# Filling in Sloping Backyard



## bucklahoo (Mar 13, 2011)

got a depression in my new backyard. once you walk off our deck the ground begins to slope downward and then flatten out. this leaves a puddling area that barely dries up even in the summer making it hard to cut the lawn and enjoy it.
what do i need to fill it in? 
is it as easy as filling in with clean fill or fill with topsoil on top and maintaining a slight grade away from house?
the area is about 40' long, 20' wide and the drop is somewhere between 1-2'. about how much dirt will this take?
do you replant grass or cut up existing grass?
backyard slants towards a wooded area that drops down to a ravine.


----------



## bucklahoo (Mar 13, 2011)

this explains a little better


----------



## BigD9 (Mar 10, 2011)

Nice looking property you have. If it were me, I would use a rototiller and till the low area to break up the existing dirt and grass, then fill with top soil and grade to drain. Then replant the grass. If you can't get good topsoil, you could always push the existing topsoil off to the side, then fill with whatever, and push the piled up topsoil back over the area.


----------



## bucklahoo (Mar 13, 2011)

what would be the purpose of the tilling? to promote better drainage down through the soil?
why not just put soil on top of existing lawn?


----------



## BigD9 (Mar 10, 2011)

Just my opinion. If you place dirt on top of grass, and grass dies it turns into a slimy slippery layer. This layer could result in the dirt above it slipping and sliding especially when wet. So tilling would kind of lock the top thin layer of added soils to the lower layer. You may not need to till, but I didn't know how thick the thatch was in your yard, or how tall the grass would be when you filled the area. Again, its just me. Unless I was filling a very thin layer where the grass would stick through, I would rough up the existing layer.

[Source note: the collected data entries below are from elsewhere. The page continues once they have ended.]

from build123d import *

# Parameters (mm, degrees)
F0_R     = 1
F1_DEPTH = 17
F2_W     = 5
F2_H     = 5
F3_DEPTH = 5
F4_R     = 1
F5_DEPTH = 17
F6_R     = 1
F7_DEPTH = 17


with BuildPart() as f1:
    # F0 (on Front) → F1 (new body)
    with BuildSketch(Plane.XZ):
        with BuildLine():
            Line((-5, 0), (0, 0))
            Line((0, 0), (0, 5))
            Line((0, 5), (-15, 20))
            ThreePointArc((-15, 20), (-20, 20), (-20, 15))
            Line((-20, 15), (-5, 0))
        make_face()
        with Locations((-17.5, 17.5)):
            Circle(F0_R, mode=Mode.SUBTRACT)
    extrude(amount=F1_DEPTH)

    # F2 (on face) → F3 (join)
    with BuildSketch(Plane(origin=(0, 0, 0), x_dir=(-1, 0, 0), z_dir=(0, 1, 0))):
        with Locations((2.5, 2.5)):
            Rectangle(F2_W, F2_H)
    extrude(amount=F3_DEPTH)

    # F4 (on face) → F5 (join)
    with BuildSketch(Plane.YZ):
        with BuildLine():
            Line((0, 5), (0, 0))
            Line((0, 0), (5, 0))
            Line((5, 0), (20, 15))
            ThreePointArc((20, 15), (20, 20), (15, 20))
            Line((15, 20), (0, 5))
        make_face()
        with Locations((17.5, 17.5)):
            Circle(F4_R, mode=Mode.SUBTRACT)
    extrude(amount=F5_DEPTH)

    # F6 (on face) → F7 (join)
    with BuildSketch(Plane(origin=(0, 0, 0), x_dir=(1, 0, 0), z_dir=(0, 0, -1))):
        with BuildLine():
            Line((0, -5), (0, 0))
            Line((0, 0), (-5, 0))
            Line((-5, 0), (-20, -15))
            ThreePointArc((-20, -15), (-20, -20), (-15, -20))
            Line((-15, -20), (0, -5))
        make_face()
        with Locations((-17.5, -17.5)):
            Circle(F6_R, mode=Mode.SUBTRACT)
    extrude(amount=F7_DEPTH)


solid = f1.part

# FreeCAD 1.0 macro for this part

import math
import FreeCAD as App
import Part
import Sketcher

V = App.Vector

doc = App.newDocument("Part")
body = doc.addObject("PartDesign::Body", "Body")

sketch1 = body.newObject("Sketcher::SketchObject", "Sketch")
sketch1.AttachmentSupport = (doc.getObject("XZ_Plane"), [""])
sketch1.MapMode = "FlatFace"
sketch1.addGeometry([
    Part.LineSegment(V(-5, 0, 0), V(0, 0, 0)),
    Part.LineSegment(V(0, 0, 0), V(0, 5, 0)),
    Part.LineSegment(V(0, 5, 0), V(-15, 20, 0)),
    Part.ArcOfCircle(Part.Circle(V(-17.5, 17.5, 0), V(0, 0, 1), 3.535534), math.radians(45), math.radians(225)),
    Part.LineSegment(V(-20, 15, 0), V(-5, 0, 0)),
    Part.Circle(V(-17.5, 17.5, 0), V(0, 0, 1), 1),
], False)
sketch1.addConstraint([
    Sketcher.Constraint("Coincident", 0, 2, 1, 1),
    Sketcher.Constraint("Coincident", 1, 2, 2, 1),
    Sketcher.Constraint("Tangent", 2, 2, 3, 1),
    Sketcher.Constraint("Tangent", 3, 2, 4, 1),
    Sketcher.Constraint("Coincident", 4, 2, 0, 1),
    Sketcher.Constraint("Horizontal", 0),
    Sketcher.Constraint("Vertical", 1),
    Sketcher.Constraint("Coincident", 0, 2, -1, 1),
    Sketcher.Constraint("Coincident", 5, 3, 3, 3),
    Sketcher.Constraint("Parallel", 2, 4),
    Sketcher.Constraint("Equal", 0, 1),
    Sketcher.Constraint("Equal", 2, 4),
    Sketcher.Constraint("Diameter", 5, 2.0),
    Sketcher.Constraint("DistanceX", 0, 1, 0, 2, 5.0),
    Sketcher.Constraint("DistanceX", 2, 2, -1, 1, 15.0),
])
pad1 = body.newObject("PartDesign::Pad", "Pad")
pad1.Profile = sketch1
pad1.Length = 17

sketch2 = body.newObject("Sketcher::SketchObject", "Sketch001")
sketch2.AttachmentSupport = (doc.getObject("XZ_Plane"), [""])
sketch2.MapMode = "FlatFace"
sketch2.addGeometry([
    Part.LineSegment(V(0, 5, 0), V(0, 0, 0)),
    Part.LineSegment(V(0, 0, 0), V(-5, 0, 0)),
    Part.LineSegment(V(-5, 0, 0), V(-5, 5, 0)),
    Part.LineSegment(V(-5, 5, 0), V(0, 5, 0)),
], False)
sketch2.addConstraint([
    Sketcher.Constraint("Coincident", 0, 2, 1, 1),
    Sketcher.Constraint("Coincident", 1, 2, 2, 1),
    Sketcher.Constraint("Coincident", 2, 2, 3, 1),
    Sketcher.Constraint("Coincident", 3, 2, 0, 1),
    Sketcher.Constraint("Vertical", 0),
    Sketcher.Constraint("Horizontal", 1),
    Sketcher.Constraint("Vertical", 2),
    Sketcher.Constraint("Horizontal", 3),
    Sketcher.Constraint("Coincident", 0, 2, -1, 1),
    Sketcher.Constraint("Equal", 3, 0),
    Sketcher.Constraint("DistanceX", 1, 2, 1, 1, 5.0),
])
pad2 = body.newObject("PartDesign::Pad", "Pad001")
pad2.Profile = sketch2
pad2.Length = 5
pad2.Reversed = True

sketch3 = body.newObject("Sketcher::SketchObject", "Sketch002")
sketch3.AttachmentSupport = (doc.getObject("YZ_Plane"), [""])
sketch3.MapMode = "FlatFace"
sketch3.addGeometry([
    Part.LineSegment(V(0, 5, 0), V(0, 0, 0)),
    Part.LineSegment(V(0, 0, 0), V(5, 0, 0)),
    Part.LineSegment(V(5, 0, 0), V(20, 15, 0)),
    Part.ArcOfCircle(Part.Circle(V(17.5, 17.5, 0), V(0, 0, 1), 3.535534), math.radians(-45), math.radians(135)),
    Part.LineSegment(V(15, 20, 0), V(0, 5, 0)),
    Part.Circle(V(17.5, 17.5, 0), V(0, 0, 1), 1),
], False)
sketch3.addConstraint([
    Sketcher.Constraint("Coincident", 0, 2, 1, 1),
    Sketcher.Constraint("Coincident", 1, 2, 2, 1),
    Sketcher.Constraint("Tangent", 2, 2, 3, 1),
    Sketcher.Constraint("Tangent", 3, 2, 4, 1),
    Sketcher.Constraint("Coincident", 4, 2, 0, 1),
    Sketcher.Constraint("Vertical", 0),
    Sketcher.Constraint("Horizontal", 1),
    Sketcher.Constraint("Coincident", 0, 2, -1, 1),
    Sketcher.Constraint("Coincident", 5, 3, 3, 3),
    Sketcher.Constraint("Parallel", 2, 4),
    Sketcher.Constraint("Equal", 1, 0),
    Sketcher.Constraint("Equal", 2, 4),
    Sketcher.Constraint("Diameter", 5, 2.0),
    Sketcher.Constraint("DistanceX", 1, 1, 1, 2, 5.0),
    Sketcher.Constraint("DistanceX", -1, 1, 2, 2, 20.0),
])
pad3 = body.newObject("PartDesign::Pad", "Pad002")
pad3.Profile = sketch3
pad3.Length = 17

sketch4 = body.newObject("Sketcher::SketchObject", "Sketch003")
sketch4.AttachmentSupport = (doc.getObject("XY_Plane"), [""])
sketch4.MapMode = "FlatFace"
sketch4.addGeometry([
    Part.LineSegment(V(0, 5, 0), V(0, 0, 0)),
    Part.LineSegment(V(0, 0, 0), V(-5, 0, 0)),
    Part.LineSegment(V(-5, 0, 0), V(-20, 15, 0)),
    Part.ArcOfCircle(Part.Circle(V(-17.5, 17.5, 0), V(0, 0, 1), 3.535534), math.radians(45), math.radians(225)),
    Part.LineSegment(V(-15, 20, 0), V(0, 5, 0)),
    Part.Circle(V(-17.5, 17.5, 0), V(0, 0, 1), 1),
], False)
sketch4.addConstraint([
    Sketcher.Constraint("Coincident", 0, 2, 1, 1),
    Sketcher.Constraint("Coincident", 1, 2, 2, 1),
    Sketcher.Constraint("Tangent", 2, 2, 3, 2),
    Sketcher.Constraint("Tangent", 3, 1, 4, 1),
    Sketcher.Constraint("Coincident", 4, 2, 0, 1),
    Sketcher.Constraint("Vertical", 0),
    Sketcher.Constraint("Horizontal", 1),
    Sketcher.Constraint("Coincident", 0, 2, -1, 1),
    Sketcher.Constraint("Coincident", 5, 3, 3, 3),
    Sketcher.Constraint("Parallel", 2, 4),
    Sketcher.Constraint("Equal", 1, 0),
    Sketcher.Constraint("Equal", 2, 4),
    Sketcher.Constraint("Diameter", 5, 2.0),
    Sketcher.Constraint("DistanceX", 1, 2, 1, 1, 5.0),
    Sketcher.Constraint("DistanceX", 2, 2, -1, 1, 20.0),
])
pad4 = body.newObject("PartDesign::Pad", "Pad003")
pad4.Profile = sketch4
pad4.Length = 17
pad4.Reversed = True

doc.recompute()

Kind of like sanding a painted surface before applying another coat of paint. 

Good luck and enjoy life.


----------



## bucklahoo (Mar 13, 2011)

makes sense.


----------



## Shane1 (Oct 12, 2010)

Do you think there could be an underlying issue as to why the ground is allways wet there? If not then I would just put some cheap topsoil or sand in the depression, grade it, and throw some grass seed down. I just started doing the same thing to a low area of my yard.


----------